§ WHAT THE TASK REQUIRES: Transcribe the complete listing exactly.

# # # # # # #

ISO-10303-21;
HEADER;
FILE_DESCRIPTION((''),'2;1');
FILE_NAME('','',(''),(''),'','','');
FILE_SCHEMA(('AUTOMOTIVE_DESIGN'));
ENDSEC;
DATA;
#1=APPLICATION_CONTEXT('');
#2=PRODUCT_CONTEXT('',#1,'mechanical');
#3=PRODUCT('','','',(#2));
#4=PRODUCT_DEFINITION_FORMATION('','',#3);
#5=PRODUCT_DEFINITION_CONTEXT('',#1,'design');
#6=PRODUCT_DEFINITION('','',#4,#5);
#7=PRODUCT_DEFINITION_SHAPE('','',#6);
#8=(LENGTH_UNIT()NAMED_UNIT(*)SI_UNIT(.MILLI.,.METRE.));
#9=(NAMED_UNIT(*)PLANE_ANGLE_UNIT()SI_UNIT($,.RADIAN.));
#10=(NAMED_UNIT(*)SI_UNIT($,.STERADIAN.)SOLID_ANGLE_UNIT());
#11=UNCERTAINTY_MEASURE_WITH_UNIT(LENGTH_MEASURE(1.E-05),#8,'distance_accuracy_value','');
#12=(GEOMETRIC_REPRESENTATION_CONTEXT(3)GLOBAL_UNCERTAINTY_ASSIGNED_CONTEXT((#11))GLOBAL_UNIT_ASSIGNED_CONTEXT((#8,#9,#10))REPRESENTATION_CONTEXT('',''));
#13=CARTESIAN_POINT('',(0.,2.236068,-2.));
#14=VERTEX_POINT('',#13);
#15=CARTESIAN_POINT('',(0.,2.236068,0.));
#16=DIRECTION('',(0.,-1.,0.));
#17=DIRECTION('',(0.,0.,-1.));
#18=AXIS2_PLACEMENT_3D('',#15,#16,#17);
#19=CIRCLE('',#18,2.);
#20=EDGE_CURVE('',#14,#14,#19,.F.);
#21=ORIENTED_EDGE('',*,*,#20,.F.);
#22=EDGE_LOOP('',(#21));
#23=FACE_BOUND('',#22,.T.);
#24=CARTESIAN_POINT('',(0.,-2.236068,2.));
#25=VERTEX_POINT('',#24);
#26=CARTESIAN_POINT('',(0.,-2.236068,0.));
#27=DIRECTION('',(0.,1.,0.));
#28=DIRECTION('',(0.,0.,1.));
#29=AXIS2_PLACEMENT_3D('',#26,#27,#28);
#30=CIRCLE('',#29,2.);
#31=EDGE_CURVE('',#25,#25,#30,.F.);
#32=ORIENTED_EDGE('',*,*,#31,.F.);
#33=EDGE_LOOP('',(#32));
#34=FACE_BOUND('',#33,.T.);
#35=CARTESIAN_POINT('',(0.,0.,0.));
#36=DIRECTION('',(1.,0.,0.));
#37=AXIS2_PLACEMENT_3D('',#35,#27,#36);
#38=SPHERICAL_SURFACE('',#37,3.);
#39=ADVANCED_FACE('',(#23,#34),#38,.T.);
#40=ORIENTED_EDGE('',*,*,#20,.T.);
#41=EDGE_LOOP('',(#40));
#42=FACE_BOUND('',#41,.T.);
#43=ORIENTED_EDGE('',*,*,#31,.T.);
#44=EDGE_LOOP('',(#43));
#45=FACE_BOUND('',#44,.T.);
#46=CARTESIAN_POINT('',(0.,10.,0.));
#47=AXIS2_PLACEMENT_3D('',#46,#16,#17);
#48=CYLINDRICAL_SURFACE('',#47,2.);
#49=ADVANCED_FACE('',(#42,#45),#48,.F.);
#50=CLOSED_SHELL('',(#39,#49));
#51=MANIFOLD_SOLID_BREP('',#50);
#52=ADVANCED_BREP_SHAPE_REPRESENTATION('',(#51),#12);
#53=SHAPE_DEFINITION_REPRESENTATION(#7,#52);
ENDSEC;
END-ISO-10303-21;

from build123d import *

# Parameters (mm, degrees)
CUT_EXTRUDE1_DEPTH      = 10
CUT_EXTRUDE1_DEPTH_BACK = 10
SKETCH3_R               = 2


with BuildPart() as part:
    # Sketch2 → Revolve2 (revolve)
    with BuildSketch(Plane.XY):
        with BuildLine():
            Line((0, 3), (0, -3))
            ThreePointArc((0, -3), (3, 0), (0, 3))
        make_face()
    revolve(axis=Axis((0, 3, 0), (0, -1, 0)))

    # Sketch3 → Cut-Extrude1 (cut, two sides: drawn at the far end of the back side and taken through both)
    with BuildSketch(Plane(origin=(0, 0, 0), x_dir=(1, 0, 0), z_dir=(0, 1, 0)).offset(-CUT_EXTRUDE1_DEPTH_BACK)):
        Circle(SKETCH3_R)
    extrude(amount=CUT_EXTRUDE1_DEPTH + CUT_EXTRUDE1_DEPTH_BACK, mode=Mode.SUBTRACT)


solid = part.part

# # # # # # #

§ YOUR RESPONSE:
ISO-10303-21;
HEADER;
FILE_DESCRIPTION((''),'2;1');
FILE_NAME('','',(''),(''),'','','');
FILE_SCHEMA(('AUTOMOTIVE_DESIGN'));
ENDSEC;
DATA;
#1=APPLICATION_CONTEXT('');
#2=PRODUCT_CONTEXT('',#1,'mechanical');
#3=PRODUCT('','','',(#2));
#4=PRODUCT_DEFINITION_FORMATION('','',#3);
#5=PRODUCT_DEFINITION_CONTEXT('',#1,'design');
#6=PRODUCT_DEFINITION('','',#4,#5);
#7=PRODUCT_DEFINITION_SHAPE('','',#6);
#8=(LENGTH_UNIT()NAMED_UNIT(*)SI_UNIT(.MILLI.,.METRE.));
#9=(NAMED_UNIT(*)PLANE_ANGLE_UNIT()SI_UNIT($,.RADIAN.));
#10=(NAMED_UNIT(*)SI_UNIT($,.STERADIAN.)SOLID_ANGLE_UNIT());
#11=UNCERTAINTY_MEASURE_WITH_UNIT(LENGTH_MEASURE(1.E-05),#8,'distance_accuracy_value','');
#12=(GEOMETRIC_REPRESENTATION_CONTEXT(3)GLOBAL_UNCERTAINTY_ASSIGNED_CONTEXT((#11))GLOBAL_UNIT_ASSIGNED_CONTEXT((#8,#9,#10))REPRESENTATION_CONTEXT('',''));
#13=CARTESIAN_POINT('',(0.,2.236068,-2.));
#14=VERTEX_POINT('',#13);
#15=CARTESIAN_POINT('',(0.,2.236068,0.));
#16=DIRECTION('',(0.,-1.,0.));
#17=DIRECTION('',(0.,0.,-1.));
#18=AXIS2_PLACEMENT_3D('',#15,#16,#17);
#19=CIRCLE('',#18,2.);
#20=EDGE_CURVE('',#14,#14,#19,.F.);
#21=ORIENTED_EDGE('',*,*,#20,.F.);
#22=EDGE_LOOP('',(#21));
#23=FACE_BOUND('',#22,.T.);
#24=CARTESIAN_POINT('',(0.,-2.236068,2.));
#25=VERTEX_POINT('',#24);
#26=CARTESIAN_POINT('',(0.,-2.236068,0.));
#27=DIRECTION('',(0.,1.,0.));
#28=DIRECTION('',(0.,0.,1.));
#29=AXIS2_PLACEMENT_3D('',#26,#27,#28);
#30=CIRCLE('',#29,2.);
#31=EDGE_CURVE('',#25,#25,#30,.F.);
#32=ORIENTED_EDGE('',*,*,#31,.F.);
#33=EDGE_LOOP('',(#32));
#34=FACE_BOUND('',#33,.T.);
#35=CARTESIAN_POINT('',(0.,0.,0.));
#36=DIRECTION('',(1.,0.,0.));
#37=AXIS2_PLACEMENT_3D('',#35,#27,#36);
#38=SPHERICAL_SURFACE('',#37,3.);
#39=ADVANCED_FACE('',(#23,#34),#38,.T.);
#40=ORIENTED_EDGE('',*,*,#20,.T.);
#41=EDGE_LOOP('',(#40));
#42=FACE_BOUND('',#41,.T.);
#43=ORIENTED_EDGE('',*,*,#31,.T.);
#44=EDGE_LOOP('',(#43));
#45=FACE_BOUND('',#44,.T.);
#46=CARTESIAN_POINT('',(0.,10.,0.));
#47=AXIS2_PLACEMENT_3D('',#46,#16,#17);
#48=CYLINDRICAL_SURFACE('',#47,2.);
#49=ADVANCED_FACE('',(#42,#45),#48,.F.);
#50=CLOSED_SHELL('',(#39,#49));
#51=MANIFOLD_SOLID_BREP('',#50);
#52=ADVANCED_BREP_SHAPE_REPRESENTATION('',(#51),#12);
#53=SHAPE_DEFINITION_REPRESENTATION(#7,#52);
ENDSEC;
END-ISO-10303-21;

from build123d import *

# Parameters (mm, degrees)
CUT_EXTRUDE1_DEPTH      = 10
CUT_EXTRUDE1_DEPTH_BACK = 10
SKETCH3_R               = 2


with BuildPart() as part:
    # Sketch2 → Revolve2 (revolve)
    with BuildSketch(Plane.XY):
        with BuildLine():
            Line((0, 3), (0, -3))
            ThreePointArc((0, -3), (3, 0), (0, 3))
        make_face()
    revolve(axis=Axis((0, 3, 0), (0, -1, 0)))

    # Sketch3 → Cut-Extrude1 (cut, two sides: drawn at the far end of the back side and taken through both)
    with BuildSketch(Plane(origin=(0, 0, 0), x_dir=(1, 0, 0), z_dir=(0, 1, 0)).offset(-CUT_EXTRUDE1_DEPTH_BACK)):
        Circle(SKETCH3_R)
    extrude(amount=CUT_EXTRUDE1_DEPTH + CUT_EXTRUDE1_DEPTH_BACK, mode=Mode.SUBTRACT)


solid = part.part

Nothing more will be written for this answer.